The whole idea behind the driver is that it maintains a constant current. 

As the led heats up resistance will go down thereby drawing more current.

That causes even more heat and the next thing you know you smoked the LED.

I think its called thermal run away ( I am no expert)

You might be able to make it work with resistors but in general its fairly inefficient way of doing it. 

Hope this helps.


----------



## shhh (Aug 28, 2010)

http://ledsupply.com/docs/reef-tank_diy-instructions.pdf

Can be modified to fit your needs.
Not sure if it will be around what u wanna pay.


----------



## doctaq (Aug 28, 2010)

if you are going to run it off a wall wart you should have some kind of constant current regulation
heres a crappy guide i wrote as well
http://www.aquariacentral.com/forums/showthread.php?t=229376

i built a constant current driver for a couple of dollars

the little box i had perfectly fit the driver inside, i put a piece of cardboard on the bottom side and taped the wires together, ive used this same driver inside of light bulb housings so im pretty sure it wont destroy itself with heat. 
i would not go as high as 700 however you end up doing it


----------



## Inkidu (Aug 28, 2010)

Baadboy11 you got me thinking about this and now I want to build one.

I know you don't want to spend to much so how about this.

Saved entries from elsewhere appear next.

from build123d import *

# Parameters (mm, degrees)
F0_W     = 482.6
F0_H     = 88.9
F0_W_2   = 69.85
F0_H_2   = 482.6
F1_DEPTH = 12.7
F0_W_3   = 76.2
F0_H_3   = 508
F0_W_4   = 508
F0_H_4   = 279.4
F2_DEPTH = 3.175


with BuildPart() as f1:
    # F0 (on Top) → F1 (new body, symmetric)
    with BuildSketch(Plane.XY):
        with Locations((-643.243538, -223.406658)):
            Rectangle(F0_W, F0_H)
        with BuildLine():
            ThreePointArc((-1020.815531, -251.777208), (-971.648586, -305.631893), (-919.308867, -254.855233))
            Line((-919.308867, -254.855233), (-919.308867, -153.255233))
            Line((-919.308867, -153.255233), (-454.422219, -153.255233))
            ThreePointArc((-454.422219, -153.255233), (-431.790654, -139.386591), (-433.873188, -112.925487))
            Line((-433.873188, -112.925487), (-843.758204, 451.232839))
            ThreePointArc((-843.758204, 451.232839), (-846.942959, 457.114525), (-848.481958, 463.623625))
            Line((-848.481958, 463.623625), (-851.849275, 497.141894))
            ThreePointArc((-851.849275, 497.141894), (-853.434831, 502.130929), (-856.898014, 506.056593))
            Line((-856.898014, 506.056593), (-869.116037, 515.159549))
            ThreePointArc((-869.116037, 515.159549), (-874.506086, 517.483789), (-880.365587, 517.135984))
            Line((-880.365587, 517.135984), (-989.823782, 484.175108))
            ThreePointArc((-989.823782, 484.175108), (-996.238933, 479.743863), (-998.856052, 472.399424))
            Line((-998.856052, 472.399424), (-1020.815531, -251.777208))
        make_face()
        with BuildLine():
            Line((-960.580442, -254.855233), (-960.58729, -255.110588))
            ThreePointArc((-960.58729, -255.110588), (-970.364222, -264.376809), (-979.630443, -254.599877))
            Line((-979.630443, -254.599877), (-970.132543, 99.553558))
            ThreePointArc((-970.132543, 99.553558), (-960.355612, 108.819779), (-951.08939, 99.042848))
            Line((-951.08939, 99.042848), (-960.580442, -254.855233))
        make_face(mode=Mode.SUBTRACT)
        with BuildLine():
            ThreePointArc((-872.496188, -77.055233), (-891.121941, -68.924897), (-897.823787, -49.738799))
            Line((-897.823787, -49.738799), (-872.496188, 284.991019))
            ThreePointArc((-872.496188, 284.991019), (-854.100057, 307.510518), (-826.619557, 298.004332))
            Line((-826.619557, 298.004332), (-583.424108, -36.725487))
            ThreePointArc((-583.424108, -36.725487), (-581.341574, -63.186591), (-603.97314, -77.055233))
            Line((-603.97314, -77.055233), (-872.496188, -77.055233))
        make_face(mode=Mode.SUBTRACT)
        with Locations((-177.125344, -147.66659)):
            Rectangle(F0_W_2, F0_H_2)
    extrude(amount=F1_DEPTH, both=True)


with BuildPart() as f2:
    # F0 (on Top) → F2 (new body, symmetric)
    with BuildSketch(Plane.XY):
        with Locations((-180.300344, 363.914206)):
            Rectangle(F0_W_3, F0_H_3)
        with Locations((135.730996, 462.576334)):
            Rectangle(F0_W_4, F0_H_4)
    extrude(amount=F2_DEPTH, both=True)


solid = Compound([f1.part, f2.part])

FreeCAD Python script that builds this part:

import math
import FreeCAD as App
import Part
import Sketcher

V = App.Vector
Q = App.Units.Quantity

doc = App.newDocument("Part")
body = doc.addObject("PartDesign::Body", "Body")
body.AllowCompound = True

sketch1 = body.newObject("Sketcher::SketchObject", "Sketch")
sketch1.AttachmentSupport = (doc.getObject("XY_Plane"), [""])
sketch1.MapMode = "FlatFace"
sketch1.addGeometry(Part.LineSegment(V(-884.54, -178.96, 0), V(-884.54, -267.86, 0)), False)
sketch1.addGeometry(Part.LineSegment(V(-884.54, -267.86, 0), V(-401.94, -267.86, 0)), False)
sketch1.addGeometry(Part.LineSegment(V(-401.94, -267.86, 0), V(-401.94, -178.96, 0)), False)
sketch1.addGeometry(Part.LineSegment(V(-401.94, -178.96, 0), V(-884.54, -178.96, 0)), False)
sketch1.addGeometry(Part.ArcOfCircle(Part.Circle(V(-970.11, -254.86, 0), V(0, 0, 1), 50.8), math.radians(177), math.radians(360)), False)
sketch1.addGeometry(Part.LineSegment(V(-919.31, -254.86, 0), V(-919.31, -153.26, 0)), False)
sketch1.addGeometry(Part.LineSegment(V(-919.31, -153.26, 0), V(-454.42, -153.26, 0)), False)
sketch1.addGeometry(Part.ArcOfCircle(Part.Circle(V(-454.42, -127.86, 0), V(0, 0, 1), 25.4), math.radians(-90), math.radians(36)), False)
sketch1.addGeometry(Part.LineSegment(V(-433.87, -112.93, 0), V(-843.76, 451.23, 0)), False)
sketch1.addGeometry(Part.ArcOfCircle(Part.Circle(V(-823.21, 466.16, 0), V(0, 0, 1), 25.4), math.radians(-174), math.radians(-144)), False)
sketch1.addGeometry(Part.LineSegment(V(-848.48, 463.62, 0), V(-851.85, 497.14, 0)), False)
sketch1.addGeometry(Part.ArcOfCircle(Part.Circle(V(-864.49, 495.87, 0), V(0, 0, 1), 12.7), math.radians(6), math.radians(53)), False)
sketch1.addGeometry(Part.LineSegment(V(-856.9, 506.06, 0), V(-869.12, 515.16, 0)), False)
sketch1.addGeometry(Part.ArcOfCircle(Part.Circle(V(-876.7, 504.98, 0), V(0, 0, 1), 12.7), math.radians(53), math.radians(107)), False)
sketch1.addGeometry(Part.LineSegment(V(-880.37, 517.14, 0), V(-989.82, 484.18, 0)), False)
sketch1.addGeometry(Part.ArcOfCircle(Part.Circle(V(-986.16, 472.01, 0), V(0, 0, 1), 12.7), math.radians(107), math.radians(178)), False)
sketch1.addGeometry(Part.LineSegment(V(-998.86, 472.4, 0), V(-1020.82, -251.78, 0)), False)
sketch1.addGeometry(Part.LineSegment(V(-951.09, 99.04, 0), V(-960.58, -254.86, 0)), False)
sketch1.addGeometry(Part.LineSegment(V(-960.58, -254.86, 0), V(-960.59, -255.11, 0)), False)
sketch1.addGeometry(Part.ArcOfCircle(Part.Circle(V(-970.11, -254.86, 0), V(0, 0, 1), 9.53), math.radians(178), math.radians(358)), False)
sketch1.addGeometry(Part.LineSegment(V(-979.63, -254.6, 0), V(-970.13, 99.55, 0)), False)
sketch1.addGeometry(Part.ArcOfCircle(Part.Circle(V(-960.61, 99.3, 0), V(0, 0, 1), 9.53), math.radians(-2), math.radians(178)), False)
sketch1.addGeometry(Part.LineSegment(V(-603.97, -77.06, 0), V(-872.5, -77.06, 0)), False)
sketch1.addGeometry(Part.ArcOfCircle(Part.Circle(V(-872.5, -51.66, 0), V(0, 0, 1), 25.4), math.radians(176), math.radians(270)), False)
sketch1.addGeometry(Part.LineSegment(V(-897.82, -49.74, 0), V(-872.5, 284.99, 0)), False)
sketch1.addGeometry(Part.ArcOfCircle(Part.Circle(V(-847.17, 283.07, 0), V(0, 0, 1), 25.4), math.radians(36), math.radians(176)), False)
sketch1.addGeometry(Part.LineSegment(V(-826.62, 298, 0), V(-583.42, -36.73, 0)), False)
sketch1.addGeometry(Part.ArcOfCircle(Part.Circle(V(-603.97, -51.66, 0), V(0, 0, 1), 25.4), math.radians(-90), math.radians(36)), False)
sketch1.addGeometry(Part.LineSegment(V(-212.05, 93.63, 0), V(-212.05, -388.97, 0)), False)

10W White High Power 600L LED Lamp Prolight Star (not as good as Cree but cheap and much easier to solder and only one to hook up)
http://cgi.ebay.com/F-10W-White-Hig...587?pt=LH_DefaultDomain_0&hash=item588919060b

Use the Mean well lplc-18-700 with one of those 10 watt led. ( it will be under powered but that only helps them last longer)

I run a setup with (2) 10 watt LED of a similar design. ( like these better they seem to spread the dies over a greater area) with that driver. 

The LED would be $9 shipped + $14 for the driver =$23

Maybe a cpu heatsink that you could hang. 

Looking over a few posts 

http://www.plantedtank.net/forums/diy/85359-6g-nano-led-lighting.html

http://www.plantedtank.net/forums/lighting/112990-nano-cube-leds-not-another-one.html

and it seems to a point more light would be better. 

You want to actively grow the plants not just keep them alive. 

Opens up more planting options.

And the plants will actively take up fish waste. 

Side note 

The link seems(hard to tell)to show a lack of a spray screen/shield. NOT a great idea.

Hope this helps.


----------



## doctaq (Aug 28, 2010)

my fixture was used over a glass top so no worries

how big of a tank do you plan on using two 10w leds over?

plants at higher light isnt just about the light, its also about co2 and nutrient ratios


----------



## Baadboy11 (Aug 28, 2010)

Inkidu, that ten watt was similar to what i wanted to do originally, but the light spread in the tank leaves the edges a little dark, and I think the two crees will be plenty to grow some plants in my little 2.5....heres my original inspiration.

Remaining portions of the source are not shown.